Their first stop was in England, where they assisted in the
establishment of the British Wright Co. Along with the establish
of the new company, the British government made a lump-sum payment
of 15,000 pounds as settlement of all unauthorized use of the
Wright patent in England.
The next stop was in Germany. They arrived just in time to hear
that the German Supreme Court uphold "with great regret" the
earlier ruling of the German patent office that the Wrights
forfeited all rights to their patent because of "prior disclosure."
They did throw the Wrights a bone by recognizing the fact that
they were the inventors of wingwarping and had patent control
of the combined use of wingwarping with a vertical rudder.
It was then on to Paris for a week. There, the French High Court
announced a ruling that seemed to favor the Wrights, but once
again the judges allowed a defense motion to create another
panel of experts to review "prior art."
Wilbur, before his death, maintained that the claim of prior
art was "absolutely rot." "The art was at an absolute standstill
in France from 1897 till 1902, when we invented our method of
control. The patent was not published till June 1904. It was
only after reading it that they began to apply our system."
It would turn out that the lawyers involved on both sides would
manage to drag out the case without resolution until the Wrights'
French patent expired in 1917.
Orville and his sister sailed for home on March 9. Good news
awaited them. Judge Hazel on February 27, handed down his decision
upholding the Wright patent. Curtiss was enjoined from manufacture,
sale and exhibition of airplanes.
Not surprisingly, Curtiss appealed and was again allowed to
continue operations.
On January 13, 1914, the U.S. Circuit Court of Appeals affirmed
the Wrights "as pioneers in the practical art of flying heavier-than-air
machines." Orville was pleased with this decision and believed
it provided total vindication for all of Wilbur's and his hard
work.
Every airplane that flies today does so by use of devices and
discoveries first made by the Wright brothers.
Captain Thomas Baldwin, an associate and friend of Curtiss,
in an interview published in the New York Times, February 28,
1914, acknowledged the indebtedness. "It is high time for
all of us to step up and admit not a one of us ever would have
got off the ground in flight if the Wrights had not unlocked
the secret for us."
Then
a strange thing happened. Henry Ford, whose company was founded
in 1903, the year of the Wrights' "first flight", decided to
help Curtiss by offering him the services of his attorney, W.
Benton Crisp. Crisp had previously helped Ford win his long
patent fight with George Seldon who claimed to have a prior
patent on a lightweight engine called the "road engine."

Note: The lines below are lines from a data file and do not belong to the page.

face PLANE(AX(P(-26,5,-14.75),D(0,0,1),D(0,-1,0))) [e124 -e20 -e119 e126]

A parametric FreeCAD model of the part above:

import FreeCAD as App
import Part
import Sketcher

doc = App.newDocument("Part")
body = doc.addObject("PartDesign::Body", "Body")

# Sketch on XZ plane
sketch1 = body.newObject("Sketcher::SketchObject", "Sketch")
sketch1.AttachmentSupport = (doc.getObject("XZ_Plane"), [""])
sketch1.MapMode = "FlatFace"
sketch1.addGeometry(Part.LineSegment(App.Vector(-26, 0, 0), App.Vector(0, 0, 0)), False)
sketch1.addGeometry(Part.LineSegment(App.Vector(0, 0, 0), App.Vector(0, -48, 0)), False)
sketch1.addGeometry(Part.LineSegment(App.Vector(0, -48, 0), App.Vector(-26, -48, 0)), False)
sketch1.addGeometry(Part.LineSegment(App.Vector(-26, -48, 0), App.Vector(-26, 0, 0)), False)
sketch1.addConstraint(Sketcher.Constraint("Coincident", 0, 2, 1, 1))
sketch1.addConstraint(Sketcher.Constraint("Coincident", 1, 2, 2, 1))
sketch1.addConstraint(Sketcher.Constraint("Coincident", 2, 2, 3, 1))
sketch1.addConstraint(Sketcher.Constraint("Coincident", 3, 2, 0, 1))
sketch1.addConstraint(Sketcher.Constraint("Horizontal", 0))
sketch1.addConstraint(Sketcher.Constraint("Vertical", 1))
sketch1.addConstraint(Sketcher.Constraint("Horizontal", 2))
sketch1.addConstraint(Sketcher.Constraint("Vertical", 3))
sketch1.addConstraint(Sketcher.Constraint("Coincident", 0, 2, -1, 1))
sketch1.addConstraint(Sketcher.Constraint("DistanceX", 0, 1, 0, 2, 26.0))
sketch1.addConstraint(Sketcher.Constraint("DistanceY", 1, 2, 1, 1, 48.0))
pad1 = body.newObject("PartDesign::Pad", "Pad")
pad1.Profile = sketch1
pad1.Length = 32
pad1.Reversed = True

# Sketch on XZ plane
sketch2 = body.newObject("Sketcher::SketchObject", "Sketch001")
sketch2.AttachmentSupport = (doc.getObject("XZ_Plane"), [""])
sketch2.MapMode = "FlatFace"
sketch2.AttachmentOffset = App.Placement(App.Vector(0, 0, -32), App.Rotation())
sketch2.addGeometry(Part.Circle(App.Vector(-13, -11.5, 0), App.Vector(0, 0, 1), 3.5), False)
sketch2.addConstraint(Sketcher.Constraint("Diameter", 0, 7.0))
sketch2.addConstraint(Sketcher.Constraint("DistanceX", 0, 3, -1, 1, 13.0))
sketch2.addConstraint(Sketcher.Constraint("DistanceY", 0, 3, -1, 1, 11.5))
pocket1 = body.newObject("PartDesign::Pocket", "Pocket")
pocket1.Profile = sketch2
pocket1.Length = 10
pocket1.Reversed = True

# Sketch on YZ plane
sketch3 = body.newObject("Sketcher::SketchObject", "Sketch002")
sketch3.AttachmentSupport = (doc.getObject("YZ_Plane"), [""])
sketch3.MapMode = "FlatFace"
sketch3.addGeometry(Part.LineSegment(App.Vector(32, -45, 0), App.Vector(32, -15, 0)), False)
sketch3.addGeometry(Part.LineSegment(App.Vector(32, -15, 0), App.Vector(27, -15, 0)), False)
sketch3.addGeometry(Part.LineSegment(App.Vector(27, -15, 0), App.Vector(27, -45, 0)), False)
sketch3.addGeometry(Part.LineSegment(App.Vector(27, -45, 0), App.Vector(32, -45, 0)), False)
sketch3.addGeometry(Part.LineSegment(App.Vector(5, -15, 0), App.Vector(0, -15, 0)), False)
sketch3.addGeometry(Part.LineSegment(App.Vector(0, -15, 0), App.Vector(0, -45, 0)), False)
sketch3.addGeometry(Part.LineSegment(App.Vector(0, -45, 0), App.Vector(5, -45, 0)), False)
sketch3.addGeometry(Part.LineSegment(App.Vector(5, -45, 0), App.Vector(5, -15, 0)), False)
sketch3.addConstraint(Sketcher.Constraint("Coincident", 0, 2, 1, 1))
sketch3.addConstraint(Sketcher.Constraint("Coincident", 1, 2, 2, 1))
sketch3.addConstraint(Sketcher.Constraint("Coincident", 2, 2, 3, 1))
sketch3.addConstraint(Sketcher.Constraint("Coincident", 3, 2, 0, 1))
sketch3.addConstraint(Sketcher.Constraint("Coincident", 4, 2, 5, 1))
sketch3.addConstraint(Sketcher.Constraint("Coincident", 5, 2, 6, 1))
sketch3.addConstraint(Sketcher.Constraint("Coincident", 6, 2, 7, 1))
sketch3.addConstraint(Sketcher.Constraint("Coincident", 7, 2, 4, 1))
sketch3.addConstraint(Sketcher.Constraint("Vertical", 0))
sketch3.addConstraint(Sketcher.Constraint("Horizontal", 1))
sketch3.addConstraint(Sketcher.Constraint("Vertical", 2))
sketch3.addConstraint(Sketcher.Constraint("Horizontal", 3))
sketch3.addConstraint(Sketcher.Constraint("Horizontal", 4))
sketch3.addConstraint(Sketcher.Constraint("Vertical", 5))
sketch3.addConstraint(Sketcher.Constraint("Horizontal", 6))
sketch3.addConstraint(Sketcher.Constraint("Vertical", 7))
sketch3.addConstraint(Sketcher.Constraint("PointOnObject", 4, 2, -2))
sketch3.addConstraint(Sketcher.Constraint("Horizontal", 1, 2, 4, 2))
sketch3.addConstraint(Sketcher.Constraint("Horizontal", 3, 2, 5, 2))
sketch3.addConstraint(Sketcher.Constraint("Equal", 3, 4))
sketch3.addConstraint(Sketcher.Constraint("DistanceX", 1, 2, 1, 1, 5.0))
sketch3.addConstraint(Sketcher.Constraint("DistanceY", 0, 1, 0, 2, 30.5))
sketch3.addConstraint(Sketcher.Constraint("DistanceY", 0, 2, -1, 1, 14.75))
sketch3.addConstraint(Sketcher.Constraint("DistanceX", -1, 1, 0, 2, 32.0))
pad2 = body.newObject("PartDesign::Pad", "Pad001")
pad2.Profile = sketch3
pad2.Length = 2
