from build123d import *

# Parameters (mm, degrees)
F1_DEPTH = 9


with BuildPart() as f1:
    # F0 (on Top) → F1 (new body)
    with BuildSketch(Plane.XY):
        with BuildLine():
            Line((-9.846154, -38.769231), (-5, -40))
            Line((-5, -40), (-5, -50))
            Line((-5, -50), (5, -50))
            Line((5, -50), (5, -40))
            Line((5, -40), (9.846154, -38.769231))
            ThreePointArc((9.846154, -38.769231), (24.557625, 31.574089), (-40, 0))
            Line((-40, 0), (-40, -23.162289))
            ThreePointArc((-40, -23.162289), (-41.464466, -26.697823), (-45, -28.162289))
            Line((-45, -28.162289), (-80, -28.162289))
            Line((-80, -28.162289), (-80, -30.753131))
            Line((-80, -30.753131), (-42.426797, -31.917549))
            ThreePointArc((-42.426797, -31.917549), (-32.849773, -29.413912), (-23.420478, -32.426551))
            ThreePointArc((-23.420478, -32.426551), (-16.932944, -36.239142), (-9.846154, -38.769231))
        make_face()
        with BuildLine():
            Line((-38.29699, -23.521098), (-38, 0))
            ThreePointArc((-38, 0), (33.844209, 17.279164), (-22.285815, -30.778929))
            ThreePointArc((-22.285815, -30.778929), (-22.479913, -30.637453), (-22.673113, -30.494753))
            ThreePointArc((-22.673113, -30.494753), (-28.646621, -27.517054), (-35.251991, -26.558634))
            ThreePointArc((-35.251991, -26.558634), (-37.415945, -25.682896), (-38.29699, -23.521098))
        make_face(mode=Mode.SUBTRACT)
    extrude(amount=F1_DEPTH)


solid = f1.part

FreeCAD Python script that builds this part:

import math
import FreeCAD as App
import Part
import Sketcher
Q = App.Units.Quantity

doc = App.newDocument("Part")
body = doc.addObject("PartDesign::Body", "Body")

# Sketch on XY plane
sketch1 = body.newObject("Sketcher::SketchObject", "Sketch")
sketch1.AttachmentSupport = (doc.getObject("XY_Plane"), [""])
sketch1.MapMode = "FlatFace"
sketch1.addGeometry([
    Part.LineSegment(App.Vector(-9.846154, -38.769231, 0), App.Vector(-5, -40, 0)),  # 0
    Part.LineSegment(App.Vector(-5, -40, 0), App.Vector(-5, -50, 0)),  # 1
    Part.LineSegment(App.Vector(-5, -50, 0), App.Vector(5, -50, 0)),  # 2
    Part.LineSegment(App.Vector(5, -50, 0), App.Vector(5, -40, 0)),  # 3
    Part.LineSegment(App.Vector(5, -40, 0), App.Vector(9.846154, -38.769231, 0)),  # 4
    Part.ArcOfCircle(Part.Circle(App.Vector(0, 0, 0), App.Vector(0, 0, 1), 40), math.radians(-75.749968), math.radians(180)),  # 5
    Part.LineSegment(App.Vector(-40, 0, 0), App.Vector(-40, -23.162289, 0)),  # 6
    Part.ArcOfCircle(Part.Circle(App.Vector(-45, -23.162289, 0), App.Vector(0, 0, 1), 5), math.radians(-90.000004), math.radians(0.000004)),  # 7
    Part.LineSegment(App.Vector(-45, -28.162289, 0), App.Vector(-80, -28.162289, 0)),  # 8
    Part.LineSegment(App.Vector(-80, -28.162289, 0), App.Vector(-80, -30.753131, 0)),  # 9
    Part.LineSegment(App.Vector(-80, -30.753131, 0), App.Vector(-42.426797, -31.917549, 0)),  # 10
    Part.ArcOfCircle(Part.Circle(App.Vector(-33.325146, -47.164541, 0), App.Vector(0, 0, 1), 17.756993), math.radians(56.096919), math.radians(120.834976)),  # 11
    Part.ArcOfCircle(Part.Circle(App.Vector(0.000002, 0.000003, 0), App.Vector(0, 0, 1), 40.000003), math.radians(-125.839165), math.radians(-104.250035)),  # 12
    Part.ArcOfCircle(Part.Circle(App.Vector(-35.297228, -23.558974, 0), App.Vector(0, 0, 1), 3.000001), math.radians(179.276604), math.radians(270.863994)),  # 13
    Part.LineSegment(App.Vector(-38.29699, -23.521098, 0), App.Vector(-38, 0, 0)),  # 14
    Part.ArcOfCircle(Part.Circle(App.Vector(0, 0, 0), App.Vector(0, 0, 1), 38), math.radians(-125.906823), math.radians(180)),  # 15
    Part.ArcOfCircle(Part.Circle(App.Vector(0.000905, 0.001221, 0), App.Vector(0, 0, 1), 38.00152), math.radians(-126.631119), math.radians(-125.906848)),  # 16
    Part.ArcOfCircle(Part.Circle(App.Vector(-34.934493, -47.611562, 0), App.Vector(0, 0, 1), 21.055322), math.radians(54.384627), math.radians(90.86401)),  # 17
], False)
sketch1.addConstraint([
    Sketcher.Constraint("Coincident", 0, 2, 1, 1),
    Sketcher.Constraint("Coincident", 1, 2, 2, 1),
    Sketcher.Constraint("Coincident", 2, 2, 3, 1),
    Sketcher.Constraint("Coincident", 3, 2, 4, 1),
    Sketcher.Constraint("Coincident", 4, 2, 5, 1),
    Sketcher.Constraint("Coincident", 5, 2, 6, 1),
    Sketcher.Constraint("Coincident", 6, 2, 7, 2),
    Sketcher.Constraint("Coincident", 7, 1, 8, 1),
    Sketcher.Constraint("Coincident", 8, 2, 9, 1),
    Sketcher.Constraint("Coincident", 9, 2, 10, 1),
    Sketcher.Constraint("Coincident", 10, 2, 11, 2),
    Sketcher.Constraint("Coincident", 11, 1, 12, 1),
    Sketcher.Constraint("Coincident", 12, 2, 0, 1),
    Sketcher.Constraint("Coincident", 13, 1, 14, 1),
    Sketcher.Constraint("Coincident", 14, 2, 15, 2),
    Sketcher.Constraint("Coincident", 15, 1, 16, 2),
    Sketcher.Constraint("Coincident", 16, 1, 17, 1),
    Sketcher.Constraint("Coincident", 17, 2, 13, 2),
    Sketcher.Constraint("Vertical", 1),
    Sketcher.Constraint("Horizontal", 2),
    Sketcher.Constraint("Vertical", 3),
    Sketcher.Constraint("Vertical", 6),
    Sketcher.Constraint("Horizontal", 8),
    Sketcher.Constraint("Vertical", 9),
    Sketcher.Constraint("Coincident", 5, 3, -1, 1),
    Sketcher.Constraint("Coincident", 12, 3, -1, 1),
    Sketcher.Constraint("Coincident", 15, 3, -1, 1),
    Sketcher.Constraint("PointOnObject", 5, 2, -1),
    Sketcher.Constraint("PointOnObject", 14, 2, -1),
    Sketcher.Constraint("Radius", 5, Q("40 mm")),
    Sketcher.Constraint("Radius", 7, Q("5 mm")),
    Sketcher.Constraint("Radius", 13, Q("3.000001 mm")),
    Sketcher.Constraint("Radius", 15, Q("38 mm")),
    Sketcher.Constraint("DistanceX", 2, 1, 2, 2, Q("10 mm")),
    Sketcher.Constraint("DistanceX", 8, 2, 8, 1, Q("35 mm")),
    Sketcher.Constraint("DistanceY", 1, 2, 1, 1, Q("10 mm")),
    Sketcher.Constraint("DistanceY", 3, 1, 3, 2, Q("10 mm")),
    Sketcher.Constraint("Distance", 0, Q("5 mm")),
    Sketcher.Constraint("Distance", 4, Q("5 mm")),
    Sketcher.Constraint("DistanceX", 0, 2, -1, 1, Q("5 mm")),
    Sketcher.Constraint("DistanceY", 0, 2, -1, 1, Q("40 mm")),
    Sketcher.Constraint("DistanceX", 7, 1, -1, 1, Q("45 mm")),
    Sketcher.Constraint("DistanceY", 7, 1, 6, 2, Q("5 mm")),
    Sketcher.Constraint("Radius", 16, Q("38.00152 mm")),
    Sketcher.Constraint("Radius", 11, Q("17.756993 mm")),
    Sketcher.Constraint("Radius", 12, Q("40.000003 mm")),
    Sketcher.Constraint("Radius", 17, Q("21.055322 mm")),
    Sketcher.Constraint("DistanceY", 11, 1, 10, 2, Q("0.509002 mm")),
    Sketcher.Constraint("DistanceX", 13, 1, 17, 2, Q("3.044999 mm")),
    Sketcher.Constraint("DistanceY", 6, 2, 6, 1, Q("23.162289 mm")),
    Sketcher.Constraint("DistanceY", 9, 2, 9, 1, Q("2.590842 mm")),
    Sketcher.Constraint("DistanceY", 13, 1, -1, 1, Q("23.521098 mm")),
    Sketcher.Constraint("DistanceX", 16, 1, 15, 1, Q("0.387298 mm")),
    Sketcher.Constraint("Distance", 10, Q("37.591242 mm")),
    Sketcher.Constraint("DistanceY", 11, 3, -1, 1, Q("47.164541 mm")),
    Sketcher.Constraint("DistanceY", -1, 1, 16, 3, Q("0.001221 mm")),
    Sketcher.Constraint("DistanceX", 13, 1, -1, 1, Q("38.29699 mm")),
    Sketcher.Constraint("DistanceY", 15, 1, -1, 1, Q("30.778929 mm")),
    Sketcher.Constraint("DistanceX", 7, 3, 13, 3, Q("9.702772 mm")),
])
pad1 = body.newObject("PartDesign::Pad", "Pad")
pad1.Profile = sketch1
pad1.Length = 9

doc.recompute()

Crisp adroitly exploited a technicality with a new approach
for challenging the Wright patent. The strategy was for Curtiss
to disconnect the ailerons so that they could only work independently
of each other. This approach was covered under the Wright patent,
but had never before been cited or included in the earlier suit.
The Wright Co. would have to bring suit all over again which
they did on November 16, 1914.
(Ford and Orville later became friends and Ford arranged with
Orville to move the original Wright homestead and last bicycle
shop from Dayton to Ford's Greenfield Village, Dearborn, Michigan
where they were restored.)
Earlier in 1914, Curtiss tried another tactic. He was permitted
to take the failed original Langley machine that was in the
Smithsonian Institution, Washington, to Hammondsport, New York,
to make tests in an attempt to invalidate the Wright claim of
pioneers. The machine was reported to have flown but only after
modifications from the original. (Archives:
The Wright Brothers Roundabout Route to the Smithsonian.)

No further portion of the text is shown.